• Work item:
Your task is to repeat exactly the lines below between the line holding "e4 v3 v3 CIRCLE(AX(P(0,2.5,-30),D(0,-1,0),D(1,0,0)),2.5)" and the line holding "v11 (5,2.5,30)", inclusive, and only those.

• Source data:
[Start of Attachment]

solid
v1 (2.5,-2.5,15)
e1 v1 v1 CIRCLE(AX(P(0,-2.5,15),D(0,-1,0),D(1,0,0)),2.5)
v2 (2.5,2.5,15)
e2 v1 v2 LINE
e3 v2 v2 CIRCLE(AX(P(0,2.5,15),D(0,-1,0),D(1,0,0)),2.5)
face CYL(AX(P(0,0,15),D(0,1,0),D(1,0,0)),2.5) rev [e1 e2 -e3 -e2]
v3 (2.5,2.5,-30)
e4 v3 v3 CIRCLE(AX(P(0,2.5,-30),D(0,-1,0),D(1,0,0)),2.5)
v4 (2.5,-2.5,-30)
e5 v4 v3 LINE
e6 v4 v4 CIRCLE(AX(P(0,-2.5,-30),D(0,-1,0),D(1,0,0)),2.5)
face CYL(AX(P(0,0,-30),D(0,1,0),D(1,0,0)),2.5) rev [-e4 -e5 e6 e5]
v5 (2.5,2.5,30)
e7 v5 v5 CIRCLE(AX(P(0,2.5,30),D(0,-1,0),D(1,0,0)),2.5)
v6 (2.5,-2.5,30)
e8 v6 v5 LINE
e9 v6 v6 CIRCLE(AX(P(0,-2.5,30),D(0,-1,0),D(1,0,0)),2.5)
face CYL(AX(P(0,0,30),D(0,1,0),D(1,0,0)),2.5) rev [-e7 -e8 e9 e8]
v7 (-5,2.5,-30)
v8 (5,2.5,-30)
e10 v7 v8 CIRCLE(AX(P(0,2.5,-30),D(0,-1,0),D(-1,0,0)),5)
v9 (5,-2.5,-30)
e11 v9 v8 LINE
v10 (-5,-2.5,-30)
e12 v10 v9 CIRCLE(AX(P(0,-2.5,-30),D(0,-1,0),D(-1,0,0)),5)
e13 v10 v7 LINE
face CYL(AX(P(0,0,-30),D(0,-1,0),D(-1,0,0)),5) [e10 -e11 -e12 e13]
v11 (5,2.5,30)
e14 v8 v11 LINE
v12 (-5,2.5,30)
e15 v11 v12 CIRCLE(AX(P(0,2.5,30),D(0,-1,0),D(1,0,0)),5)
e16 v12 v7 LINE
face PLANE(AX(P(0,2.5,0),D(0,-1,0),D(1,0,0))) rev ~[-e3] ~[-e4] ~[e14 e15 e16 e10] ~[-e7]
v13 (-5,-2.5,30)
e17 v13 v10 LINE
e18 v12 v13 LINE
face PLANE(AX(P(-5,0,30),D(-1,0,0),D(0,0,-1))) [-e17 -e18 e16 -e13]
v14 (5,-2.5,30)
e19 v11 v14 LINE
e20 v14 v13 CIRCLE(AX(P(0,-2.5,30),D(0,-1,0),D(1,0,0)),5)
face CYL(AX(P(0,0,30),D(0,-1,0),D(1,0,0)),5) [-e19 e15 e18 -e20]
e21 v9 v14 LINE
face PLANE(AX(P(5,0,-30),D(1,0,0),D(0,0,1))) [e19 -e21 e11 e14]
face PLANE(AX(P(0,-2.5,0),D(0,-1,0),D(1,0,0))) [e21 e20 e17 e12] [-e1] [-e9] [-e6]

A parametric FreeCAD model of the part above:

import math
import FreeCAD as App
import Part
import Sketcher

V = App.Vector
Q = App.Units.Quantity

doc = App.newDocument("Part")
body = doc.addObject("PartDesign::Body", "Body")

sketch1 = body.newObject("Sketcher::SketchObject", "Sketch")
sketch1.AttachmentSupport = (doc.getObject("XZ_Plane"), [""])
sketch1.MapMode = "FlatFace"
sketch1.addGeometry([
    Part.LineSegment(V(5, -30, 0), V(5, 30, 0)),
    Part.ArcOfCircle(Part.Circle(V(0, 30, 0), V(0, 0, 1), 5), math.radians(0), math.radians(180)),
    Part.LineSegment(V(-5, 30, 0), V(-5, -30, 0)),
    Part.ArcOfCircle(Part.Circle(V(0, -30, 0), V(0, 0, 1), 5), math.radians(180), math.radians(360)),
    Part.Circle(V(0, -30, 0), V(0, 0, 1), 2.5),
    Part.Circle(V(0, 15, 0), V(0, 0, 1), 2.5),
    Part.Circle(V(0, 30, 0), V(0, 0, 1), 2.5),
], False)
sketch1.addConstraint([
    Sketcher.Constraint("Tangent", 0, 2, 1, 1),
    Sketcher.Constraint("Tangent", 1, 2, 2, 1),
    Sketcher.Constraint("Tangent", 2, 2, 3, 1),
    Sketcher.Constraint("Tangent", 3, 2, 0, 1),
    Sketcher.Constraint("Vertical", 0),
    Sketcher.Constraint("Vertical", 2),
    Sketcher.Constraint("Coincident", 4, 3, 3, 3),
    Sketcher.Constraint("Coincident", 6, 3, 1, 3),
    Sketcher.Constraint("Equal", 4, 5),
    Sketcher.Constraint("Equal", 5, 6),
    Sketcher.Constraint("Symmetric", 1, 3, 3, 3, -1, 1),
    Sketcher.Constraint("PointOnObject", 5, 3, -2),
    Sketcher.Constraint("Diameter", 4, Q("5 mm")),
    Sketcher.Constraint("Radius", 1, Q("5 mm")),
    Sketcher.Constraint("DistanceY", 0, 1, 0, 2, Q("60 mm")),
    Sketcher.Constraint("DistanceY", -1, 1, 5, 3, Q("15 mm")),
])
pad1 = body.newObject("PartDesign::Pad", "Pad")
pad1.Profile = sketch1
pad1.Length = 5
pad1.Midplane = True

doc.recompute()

[End of Attachment]
[Start of Attachment]

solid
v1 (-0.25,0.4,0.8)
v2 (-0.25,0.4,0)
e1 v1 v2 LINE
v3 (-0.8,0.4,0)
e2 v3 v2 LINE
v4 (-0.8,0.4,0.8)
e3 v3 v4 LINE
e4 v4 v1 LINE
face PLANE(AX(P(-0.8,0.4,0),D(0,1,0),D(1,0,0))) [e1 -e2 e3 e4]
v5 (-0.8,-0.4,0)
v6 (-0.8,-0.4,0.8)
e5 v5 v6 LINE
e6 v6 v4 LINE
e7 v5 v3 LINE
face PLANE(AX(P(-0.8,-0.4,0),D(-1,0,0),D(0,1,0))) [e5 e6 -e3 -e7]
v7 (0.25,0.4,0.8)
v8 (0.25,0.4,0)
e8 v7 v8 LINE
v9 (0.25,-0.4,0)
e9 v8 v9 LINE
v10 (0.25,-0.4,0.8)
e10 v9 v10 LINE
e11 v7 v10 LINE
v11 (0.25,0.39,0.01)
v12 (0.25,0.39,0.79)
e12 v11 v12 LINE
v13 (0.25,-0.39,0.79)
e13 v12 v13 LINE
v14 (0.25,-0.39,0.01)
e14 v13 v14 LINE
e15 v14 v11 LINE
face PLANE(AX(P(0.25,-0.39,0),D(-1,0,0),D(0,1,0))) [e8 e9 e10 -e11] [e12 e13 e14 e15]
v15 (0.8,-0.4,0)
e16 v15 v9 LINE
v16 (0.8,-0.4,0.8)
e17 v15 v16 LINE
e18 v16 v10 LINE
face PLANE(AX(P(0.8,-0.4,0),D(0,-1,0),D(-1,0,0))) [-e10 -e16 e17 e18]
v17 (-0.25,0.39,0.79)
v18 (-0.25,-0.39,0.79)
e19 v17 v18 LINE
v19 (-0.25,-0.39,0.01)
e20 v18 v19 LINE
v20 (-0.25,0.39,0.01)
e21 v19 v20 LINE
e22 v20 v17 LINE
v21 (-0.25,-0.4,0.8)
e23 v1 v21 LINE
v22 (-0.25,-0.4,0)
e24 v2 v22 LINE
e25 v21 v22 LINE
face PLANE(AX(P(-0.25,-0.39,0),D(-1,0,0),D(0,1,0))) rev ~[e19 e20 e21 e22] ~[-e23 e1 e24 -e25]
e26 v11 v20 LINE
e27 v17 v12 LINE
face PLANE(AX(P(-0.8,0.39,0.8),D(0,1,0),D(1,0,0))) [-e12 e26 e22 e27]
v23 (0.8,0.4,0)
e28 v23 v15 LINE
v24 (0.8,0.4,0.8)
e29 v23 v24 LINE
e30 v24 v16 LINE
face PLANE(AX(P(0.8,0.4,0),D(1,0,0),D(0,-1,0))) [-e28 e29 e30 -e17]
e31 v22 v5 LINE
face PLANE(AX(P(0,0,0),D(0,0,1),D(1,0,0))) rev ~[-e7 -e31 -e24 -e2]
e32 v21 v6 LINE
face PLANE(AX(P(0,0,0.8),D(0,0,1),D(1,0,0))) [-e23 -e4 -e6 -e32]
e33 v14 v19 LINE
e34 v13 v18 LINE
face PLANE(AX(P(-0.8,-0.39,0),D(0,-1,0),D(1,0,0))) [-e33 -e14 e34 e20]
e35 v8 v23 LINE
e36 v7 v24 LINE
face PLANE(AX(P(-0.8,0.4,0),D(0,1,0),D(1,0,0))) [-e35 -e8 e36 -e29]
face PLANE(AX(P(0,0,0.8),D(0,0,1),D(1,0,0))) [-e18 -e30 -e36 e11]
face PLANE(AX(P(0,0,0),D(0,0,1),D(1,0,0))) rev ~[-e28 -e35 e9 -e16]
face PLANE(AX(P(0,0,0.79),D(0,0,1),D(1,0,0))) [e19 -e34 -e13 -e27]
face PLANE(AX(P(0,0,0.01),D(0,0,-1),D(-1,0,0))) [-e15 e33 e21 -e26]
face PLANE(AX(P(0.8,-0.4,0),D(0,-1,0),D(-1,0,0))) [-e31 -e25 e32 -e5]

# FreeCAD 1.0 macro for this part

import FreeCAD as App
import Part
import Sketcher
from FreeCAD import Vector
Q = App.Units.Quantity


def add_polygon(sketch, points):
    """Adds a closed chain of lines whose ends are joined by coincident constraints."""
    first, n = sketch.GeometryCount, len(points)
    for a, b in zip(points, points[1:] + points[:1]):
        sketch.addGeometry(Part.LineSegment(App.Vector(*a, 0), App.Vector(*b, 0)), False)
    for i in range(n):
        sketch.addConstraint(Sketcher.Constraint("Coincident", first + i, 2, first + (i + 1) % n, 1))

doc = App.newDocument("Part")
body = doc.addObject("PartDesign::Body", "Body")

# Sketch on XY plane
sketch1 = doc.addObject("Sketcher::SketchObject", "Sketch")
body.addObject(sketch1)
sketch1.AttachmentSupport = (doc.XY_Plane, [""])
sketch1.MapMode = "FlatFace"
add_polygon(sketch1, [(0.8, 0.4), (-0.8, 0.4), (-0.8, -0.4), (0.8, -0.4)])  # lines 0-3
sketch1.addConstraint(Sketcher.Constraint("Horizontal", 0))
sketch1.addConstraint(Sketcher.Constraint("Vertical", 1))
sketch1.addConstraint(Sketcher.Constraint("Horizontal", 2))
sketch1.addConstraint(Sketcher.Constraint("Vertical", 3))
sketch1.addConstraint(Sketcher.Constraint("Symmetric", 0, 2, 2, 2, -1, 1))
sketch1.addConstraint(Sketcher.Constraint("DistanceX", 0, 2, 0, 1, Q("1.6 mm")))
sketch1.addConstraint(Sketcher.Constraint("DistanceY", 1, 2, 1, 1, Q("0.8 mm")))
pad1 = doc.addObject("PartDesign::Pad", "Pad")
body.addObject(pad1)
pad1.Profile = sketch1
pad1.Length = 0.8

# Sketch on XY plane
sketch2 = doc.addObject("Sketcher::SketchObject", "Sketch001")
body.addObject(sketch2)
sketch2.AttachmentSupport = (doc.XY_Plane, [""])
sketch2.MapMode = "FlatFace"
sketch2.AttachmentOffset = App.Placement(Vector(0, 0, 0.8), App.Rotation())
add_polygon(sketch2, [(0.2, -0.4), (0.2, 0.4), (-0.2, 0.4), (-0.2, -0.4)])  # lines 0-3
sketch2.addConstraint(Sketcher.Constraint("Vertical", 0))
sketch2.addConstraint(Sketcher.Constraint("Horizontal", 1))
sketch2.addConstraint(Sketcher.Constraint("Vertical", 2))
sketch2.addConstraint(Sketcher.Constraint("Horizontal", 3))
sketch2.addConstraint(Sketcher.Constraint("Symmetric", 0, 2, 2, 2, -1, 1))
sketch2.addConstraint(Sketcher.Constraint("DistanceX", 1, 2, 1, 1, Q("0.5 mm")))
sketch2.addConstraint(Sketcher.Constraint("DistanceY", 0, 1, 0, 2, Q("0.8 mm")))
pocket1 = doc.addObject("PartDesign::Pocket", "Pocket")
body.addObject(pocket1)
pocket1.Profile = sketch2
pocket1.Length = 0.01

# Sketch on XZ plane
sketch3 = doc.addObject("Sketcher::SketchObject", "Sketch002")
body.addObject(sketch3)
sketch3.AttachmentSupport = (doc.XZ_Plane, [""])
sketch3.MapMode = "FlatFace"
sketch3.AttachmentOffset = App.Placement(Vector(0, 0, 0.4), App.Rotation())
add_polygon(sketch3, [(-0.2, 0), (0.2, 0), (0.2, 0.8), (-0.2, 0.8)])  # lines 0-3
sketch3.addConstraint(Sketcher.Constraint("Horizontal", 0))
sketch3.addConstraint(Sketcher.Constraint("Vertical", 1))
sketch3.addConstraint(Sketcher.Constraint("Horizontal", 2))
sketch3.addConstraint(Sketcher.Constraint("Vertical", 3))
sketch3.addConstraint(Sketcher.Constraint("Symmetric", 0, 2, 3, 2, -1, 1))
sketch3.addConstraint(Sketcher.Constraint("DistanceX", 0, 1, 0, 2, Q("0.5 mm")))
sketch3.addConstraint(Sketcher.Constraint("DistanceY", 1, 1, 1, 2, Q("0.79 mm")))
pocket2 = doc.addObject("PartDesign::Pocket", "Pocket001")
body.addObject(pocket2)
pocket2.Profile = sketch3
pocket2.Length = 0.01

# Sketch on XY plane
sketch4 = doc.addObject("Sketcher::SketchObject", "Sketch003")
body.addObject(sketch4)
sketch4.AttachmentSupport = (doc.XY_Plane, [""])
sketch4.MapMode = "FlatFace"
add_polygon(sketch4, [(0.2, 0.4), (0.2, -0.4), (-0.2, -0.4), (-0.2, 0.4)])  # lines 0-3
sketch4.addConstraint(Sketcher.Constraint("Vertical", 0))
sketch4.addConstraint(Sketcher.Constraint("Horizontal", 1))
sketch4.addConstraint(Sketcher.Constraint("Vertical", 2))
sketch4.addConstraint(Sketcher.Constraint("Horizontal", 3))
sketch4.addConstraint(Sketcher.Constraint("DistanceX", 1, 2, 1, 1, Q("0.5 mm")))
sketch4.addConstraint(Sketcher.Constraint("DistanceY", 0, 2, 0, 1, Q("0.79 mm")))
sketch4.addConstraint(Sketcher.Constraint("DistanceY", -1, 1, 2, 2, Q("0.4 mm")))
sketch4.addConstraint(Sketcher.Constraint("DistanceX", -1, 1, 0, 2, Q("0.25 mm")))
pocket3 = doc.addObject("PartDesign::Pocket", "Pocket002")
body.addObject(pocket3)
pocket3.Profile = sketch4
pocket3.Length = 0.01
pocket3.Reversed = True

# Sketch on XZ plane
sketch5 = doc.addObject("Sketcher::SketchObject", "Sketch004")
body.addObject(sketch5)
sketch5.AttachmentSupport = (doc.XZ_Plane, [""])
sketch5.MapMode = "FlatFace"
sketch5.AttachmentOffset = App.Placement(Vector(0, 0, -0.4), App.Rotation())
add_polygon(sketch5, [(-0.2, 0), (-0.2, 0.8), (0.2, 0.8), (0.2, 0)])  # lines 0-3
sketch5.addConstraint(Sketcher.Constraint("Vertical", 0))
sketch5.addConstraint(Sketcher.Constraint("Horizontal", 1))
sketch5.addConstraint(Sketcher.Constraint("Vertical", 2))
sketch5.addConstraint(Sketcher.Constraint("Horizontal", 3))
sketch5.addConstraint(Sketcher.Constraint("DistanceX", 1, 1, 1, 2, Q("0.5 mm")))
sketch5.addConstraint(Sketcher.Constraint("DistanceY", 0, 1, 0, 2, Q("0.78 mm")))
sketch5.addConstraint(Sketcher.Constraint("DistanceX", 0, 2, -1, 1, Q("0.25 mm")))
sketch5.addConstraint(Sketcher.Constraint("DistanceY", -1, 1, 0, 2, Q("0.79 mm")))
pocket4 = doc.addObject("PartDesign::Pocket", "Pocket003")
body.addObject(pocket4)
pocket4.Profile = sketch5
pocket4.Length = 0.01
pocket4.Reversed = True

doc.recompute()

[End of Attachment]

• Task solution:
e4 v3 v3 CIRCLE(AX(P(0,2.5,-30),D(0,-1,0),D(1,0,0)),2.5)
v4 (2.5,-2.5,-30)
e5 v4 v3 LINE
e6 v4 v4 CIRCLE(AX(P(0,-2.5,-30),D(0,-1,0),D(1,0,0)),2.5)
face CYL(AX(P(0,0,-30),D(0,1,0),D(1,0,0)),2.5) rev [-e4 -e5 e6 e5]
v5 (2.5,2.5,30)
e7 v5 v5 CIRCLE(AX(P(0,2.5,30),D(0,-1,0),D(1,0,0)),2.5)
v6 (2.5,-2.5,30)
e8 v6 v5 LINE
e9 v6 v6 CIRCLE(AX(P(0,-2.5,30),D(0,-1,0),D(1,0,0)),2.5)
face CYL(AX(P(0,0,30),D(0,1,0),D(1,0,0)),2.5) rev [-e7 -e8 e9 e8]
v7 (-5,2.5,-30)
v8 (5,2.5,-30)
e10 v7 v8 CIRCLE(AX(P(0,2.5,-30),D(0,-1,0),D(-1,0,0)),5)
v9 (5,-2.5,-30)
e11 v9 v8 LINE
v10 (-5,-2.5,-30)
e12 v10 v9 CIRCLE(AX(P(0,-2.5,-30),D(0,-1,0),D(-1,0,0)),5)
e13 v10 v7 LINE
face CYL(AX(P(0,0,-30),D(0,-1,0),D(-1,0,0)),5) [e10 -e11 -e12 e13]
v11 (5,2.5,30)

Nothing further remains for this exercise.